Configure the AI Gateway to push OTLP to SkyWalking by setting these environment variables:
| Env Var | Value | Purpose |
|---|---|---|
OTEL_SERVICE_NAME |
Per-deployment gateway name (e.g., my-ai-gateway) |
SkyWalking service name |
OTEL_EXPORTER_OTLP_ENDPOINT |
http://skywalking-oap:11800 |
SkyWalking OAP gRPC receiver |
OTEL_EXPORTER_OTLP_PROTOCOL |
grpc |
OTLP transport |
OTEL_METRICS_EXPORTER |
otlp |
Enable OTLP metrics push |
OTEL_LOGS_EXPORTER |
otlp |
Enable OTLP access log push |
OTEL_RESOURCE_ATTRIBUTES |
See below | Routing + instance + layer |
Required resource attributes (in OTEL_RESOURCE_ATTRIBUTES):
job_name=envoy-ai-gateway— Fixed routing tag for MAL/LAL rules. Same for all AI Gateway deployments.service.instance.id=<instance-id>— Instance identity. In Kubernetes, use the pod name via Downward API.service.layer=ENVOY_AI_GATEWAY— Routes access logs to the AI Gateway LAL rules.
Example:
OTEL_SERVICE_NAME=my-ai-gateway
OTEL_EXPORTER_OTLP_ENDPOINT=http://skywalking-oap:11800
OTEL_EXPORTER_OTLP_PROTOCOL=grpc
OTEL_METRICS_EXPORTER=otlp
OTEL_LOGS_EXPORTER=otlp
OTEL_RESOURCE_ATTRIBUTES=job_name=envoy-ai-gateway,service.instance.id=pod-abc123,service.layer=ENVOY_AI_GATEWAY
Supported Metrics
SkyWalking observes the AI Gateway as a LAYER: ENVOY_AI_GATEWAY service. Each gateway deployment
is a service, each pod is an instance.
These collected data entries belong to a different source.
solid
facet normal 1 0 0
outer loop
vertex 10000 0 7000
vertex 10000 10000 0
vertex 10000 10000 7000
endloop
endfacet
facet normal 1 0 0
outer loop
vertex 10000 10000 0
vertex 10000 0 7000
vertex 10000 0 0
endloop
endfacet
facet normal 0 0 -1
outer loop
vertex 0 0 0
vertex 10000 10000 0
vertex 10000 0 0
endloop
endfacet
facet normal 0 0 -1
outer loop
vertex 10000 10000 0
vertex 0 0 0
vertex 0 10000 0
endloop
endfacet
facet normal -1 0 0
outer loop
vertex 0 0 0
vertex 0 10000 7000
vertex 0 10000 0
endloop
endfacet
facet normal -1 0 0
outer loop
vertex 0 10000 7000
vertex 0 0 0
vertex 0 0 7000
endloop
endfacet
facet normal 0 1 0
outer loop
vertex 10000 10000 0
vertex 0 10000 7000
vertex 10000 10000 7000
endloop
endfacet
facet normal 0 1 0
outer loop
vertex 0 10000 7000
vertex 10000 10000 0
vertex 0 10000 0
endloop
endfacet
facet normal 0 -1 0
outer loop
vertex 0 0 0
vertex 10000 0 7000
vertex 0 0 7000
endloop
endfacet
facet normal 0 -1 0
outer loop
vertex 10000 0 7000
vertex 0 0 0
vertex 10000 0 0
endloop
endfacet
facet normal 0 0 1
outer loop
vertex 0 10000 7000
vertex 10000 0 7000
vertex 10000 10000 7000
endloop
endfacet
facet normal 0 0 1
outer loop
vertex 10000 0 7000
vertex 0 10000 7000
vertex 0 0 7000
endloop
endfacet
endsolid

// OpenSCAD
// Spaceplate Layer Stack
width = 10000; // 10 microns width
depth = 10000; // 10 microns depth

// Layer 0: TiO2_0
color([0.2, 0.5733333333333333, 0.5666666666666668, 0.8])
translate([0, 0, 0.0])
cube([width, depth, 150.0]);
// Layer 1: SiO2_0
color([0.2, 0.32, 0.7250000000000001, 0.8])
translate([0, 0, 150.0])
cube([width, depth, 200.0]);
// Layer 2: TiO2_1
color([0.2, 0.5733333333333333, 0.5666666666666668, 0.8])
translate([0, 0, 350.0])
cube([width, depth, 150.0]);
// Layer 3: SiO2_1
color([0.2, 0.32, 0.7250000000000001, 0.8])
translate([0, 0, 500.0])
cube([width, depth, 200.0]);
// Layer 4: TiO2_2
color([0.2, 0.5733333333333333, 0.5666666666666668, 0.8])
translate([0, 0, 700.0])
cube([width, depth, 150.0]);
// Layer 5: SiO2_2
color([0.2, 0.32, 0.7250000000000001, 0.8])
translate([0, 0, 850.0])
cube([width, depth, 200.0]);
// Layer 6: TiO2_3
color([0.2, 0.5733333333333333, 0.5666666666666668, 0.8])
translate([0, 0, 1050.0])
cube([width, depth, 150.0]);
// Layer 7: SiO2_3
color([0.2, 0.32, 0.7250000000000001, 0.8])
translate([0, 0, 1200.0])
cube([width, depth, 200.0]);
// Layer 8: TiO2_4
color([0.2, 0.5733333333333333, 0.5666666666666668, 0.8])
translate([0, 0, 1400.0])
cube([width, depth, 150.0]);
// Layer 9: SiO2_4
color([0.2, 0.32, 0.7250000000000001, 0.8])
translate([0, 0, 1550.0])
cube([width, depth, 200.0]);
// Layer 10: TiO2_5
color([0.2, 0.5733333333333333, 0.5666666666666668, 0.8])
translate([0, 0, 1750.0])
cube([width, depth, 150.0]);
// Layer 11: SiO2_5
color([0.2, 0.32, 0.7250000000000001, 0.8])
translate([0, 0, 1900.0])
cube([width, depth, 200.0]);
// Layer 12: TiO2_6
color([0.2, 0.5733333333333333, 0.5666666666666668, 0.8])
translate([0, 0, 2100.0])
cube([width, depth, 150.0]);
// Layer 13: SiO2_6
color([0.2, 0.32, 0.7250000000000001, 0.8])
translate([0, 0, 2250.0])
cube([width, depth, 200.0]);
// Layer 14: TiO2_7
color([0.2, 0.5733333333333333, 0.5666666666666668, 0.8])
translate([0, 0, 2450.0])
cube([width, depth, 150.0]);
// Layer 15: SiO2_7
color([0.2, 0.32, 0.7250000000000001, 0.8])
translate([0, 0, 2600.0])
cube([width, depth, 200.0]);
// Layer 16: TiO2_8
color([0.2, 0.5733333333333333, 0.5666666666666668, 0.8])
translate([0, 0, 2800.0])
cube([width, depth, 150.0]);
// Layer 17: SiO2_8
color([0.2, 0.32, 0.7250000000000001, 0.8])
translate([0, 0, 2950.0])
cube([width, depth, 200.0]);
// Layer 18: TiO2_9
color([0.2, 0.5733333333333333, 0.5666666666666668, 0.8])
translate([0, 0, 3150.0])
cube([width, depth, 150.0]);
// Layer 19: SiO2_9
color([0.2, 0.32, 0.7250000000000001, 0.8])
translate([0, 0, 3300.0])
cube([width, depth, 200.0]);
// Layer 20: TiO2_10
color([0.2, 0.5733333333333333, 0.5666666666666668, 0.8])
translate([0, 0, 3500.0])
cube([width, depth, 150.0]);
// Layer 21: SiO2_10
color([0.2, 0.32, 0.7250000000000001, 0.8])
translate([0, 0, 3650.0])
cube([width, depth, 200.0]);
// Layer 22: TiO2_11
color([0.2, 0.5733333333333333, 0.5666666666666668, 0.8])
translate([0, 0, 3850.0])
cube([width, depth, 150.0]);
// Layer 23: SiO2_11
color([0.2, 0.32, 0.7250000000000001, 0.8])
translate([0, 0, 4000.0])
cube([width, depth, 200.0]);
// Layer 24: TiO2_12
color([0.2, 0.5733333333333333, 0.5666666666666668, 0.8])
translate([0, 0, 4200.0])
cube([width, depth, 150.0]);
// Layer 25: SiO2_12
color([0.2, 0.32, 0.7250000000000001, 0.8])
translate([0, 0, 4350.0])
cube([width, depth, 200.0]);
// Layer 26: TiO2_13
color([0.2, 0.5733333333333333, 0.5666666666666668, 0.8])
translate([0, 0, 4550.0])
cube([width, depth, 150.0]);
// Layer 27: SiO2_13
color([0.2, 0.32, 0.7250000000000001, 0.8])
translate([0, 0, 4700.0])
cube([width, depth, 200.0]);
// Layer 28: TiO2_14
color([0.2, 0.5733333333333333, 0.5666666666666668, 0.8])
translate([0, 0, 4900.0])
cube([width, depth, 150.0]);
// Layer 29: SiO2_14
color([0.2, 0.32, 0.7250000000000001, 0.8])
translate([0, 0, 5050.0])
cube([width, depth, 200.0]);
// Layer 30: TiO2_15
color([0.2, 0.5733333333333333, 0.5666666666666668, 0.8])
translate([0, 0, 5250.0])
cube([width, depth, 150.0]);
// Layer 31: SiO2_15
color([0.2, 0.32, 0.7250000000000001, 0.8])
translate([0, 0, 5400.0])
cube([width, depth, 200.0]);
// Layer 32: TiO2_16
color([0.2, 0.5733333333333333, 0.5666666666666668, 0.8])
translate([0, 0, 5600.0])
cube([width, depth, 150.0]);
// Layer 33: SiO2_16
color([0.2, 0.32, 0.7250000000000001, 0.8])
translate([0, 0, 5750.0])
cube([width, depth, 200.0]);
// Layer 34: TiO2_17
color([0.2, 0.5733333333333333, 0.5666666666666668, 0.8])
translate([0, 0, 5950.0])
cube([width, depth, 150.0]);
// Layer 35: SiO2_17
color([0.2, 0.32, 0.7250000000000001, 0.8])
translate([0, 0, 6100.0])
cube([width, depth, 200.0]);
// Layer 36: TiO2_18
color([0.2, 0.5733333333333333, 0.5666666666666668, 0.8])
translate([0, 0, 6300.0])
cube([width, depth, 150.0]);
// Layer 37: SiO2_18
color([0.2, 0.32, 0.7250000000000001, 0.8])
translate([0, 0, 6450.0])
cube([width, depth, 200.0]);
// Layer 38: TiO2_19
color([0.2, 0.5733333333333333, 0.5666666666666668, 0.8])
translate([0, 0, 6650.0])
cube([width, depth, 150.0]);
// Layer 39: SiO2_19
color([0.2, 0.32, 0.7250000000000001, 0.8])
translate([0, 0, 6800.0])
cube([width, depth, 200.0]);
Metrics include per-provider and per-model breakdowns.
Service Metrics
| Monitoring Panel | Unit | Metric Name | Description |
|---|---|---|---|
| Request CPM | calls/min | meter_envoy_ai_gw_request_cpm | Requests per minute |
| Request Latency Avg | ms | meter_envoy_ai_gw_request_latency_avg | Average request duration |
| Request Latency Percentile | ms | meter_envoy_ai_gw_request_latency_percentile | P50/P75/P90/P95/P99 |
| Input Token Rate | tokens/min | meter_envoy_ai_gw_input_token_rate | Input (prompt) tokens per minute |
| Output Token Rate | tokens/min | meter_envoy_ai_gw_output_token_rate | Output (completion) tokens per minute |
| TTFT Avg | ms | meter_envoy_ai_gw_ttft_avg | Time to First Token (streaming only) |
| TTFT Percentile | ms | meter_envoy_ai_gw_ttft_percentile | P50/P75/P90/P95/P99 TTFT |
| TPOT Avg | ms | meter_envoy_ai_gw_tpot_avg | Time Per Output Token (streaming only) |
| TPOT Percentile | ms | meter_envoy_ai_gw_tpot_percentile | P50/P75/P90/P95/P99 TPOT |
Provider Breakdown Metrics
| Monitoring Panel | Unit | Metric Name | Description |
|---|---|---|---|
| Provider Request CPM | calls/min | meter_envoy_ai_gw_provider_request_cpm | Requests by provider |
| Provider Token Rate | tokens/min | meter_envoy_ai_gw_provider_token_rate | Token rate by provider |
| Provider Latency Avg | ms | meter_envoy_ai_gw_provider_latency_avg | Latency by provider |
Model Breakdown Metrics
| Monitoring Panel | Unit | Metric Name | Description |
|---|---|---|---|
| Model Request CPM | calls/min | meter_envoy_ai_gw_model_request_cpm | Requests by model |
| Model Token Rate | tokens/min | meter_envoy_ai_gw_model_token_rate | Token rate by model |
| Model Latency Avg | ms | meter_envoy_ai_gw_model_latency_avg | Latency by model |
| Model TTFT Avg | ms | meter_envoy_ai_gw_model_ttft_avg | TTFT by model |
| Model TPOT Avg | ms | meter_envoy_ai_gw_model_tpot_avg | TPOT by model |
Instance Metrics
All service-level metrics are also available per instance (pod) with meter_envoy_ai_gw_instance_ prefix,
including per-provider and per-model breakdowns.
Access Log Sampling
The LAL rules apply a sampling policy to reduce storage:
- Error responses (HTTP status >= 400) — always persisted.
- Upstream failures — always persisted.
- High token cost (>= 10,000 total tokens) — persisted for cost anomaly detection.
- Normal successful responses with low token counts are dropped.
The token threshold can be adjusted in lal/envoy-ai-gateway.yaml.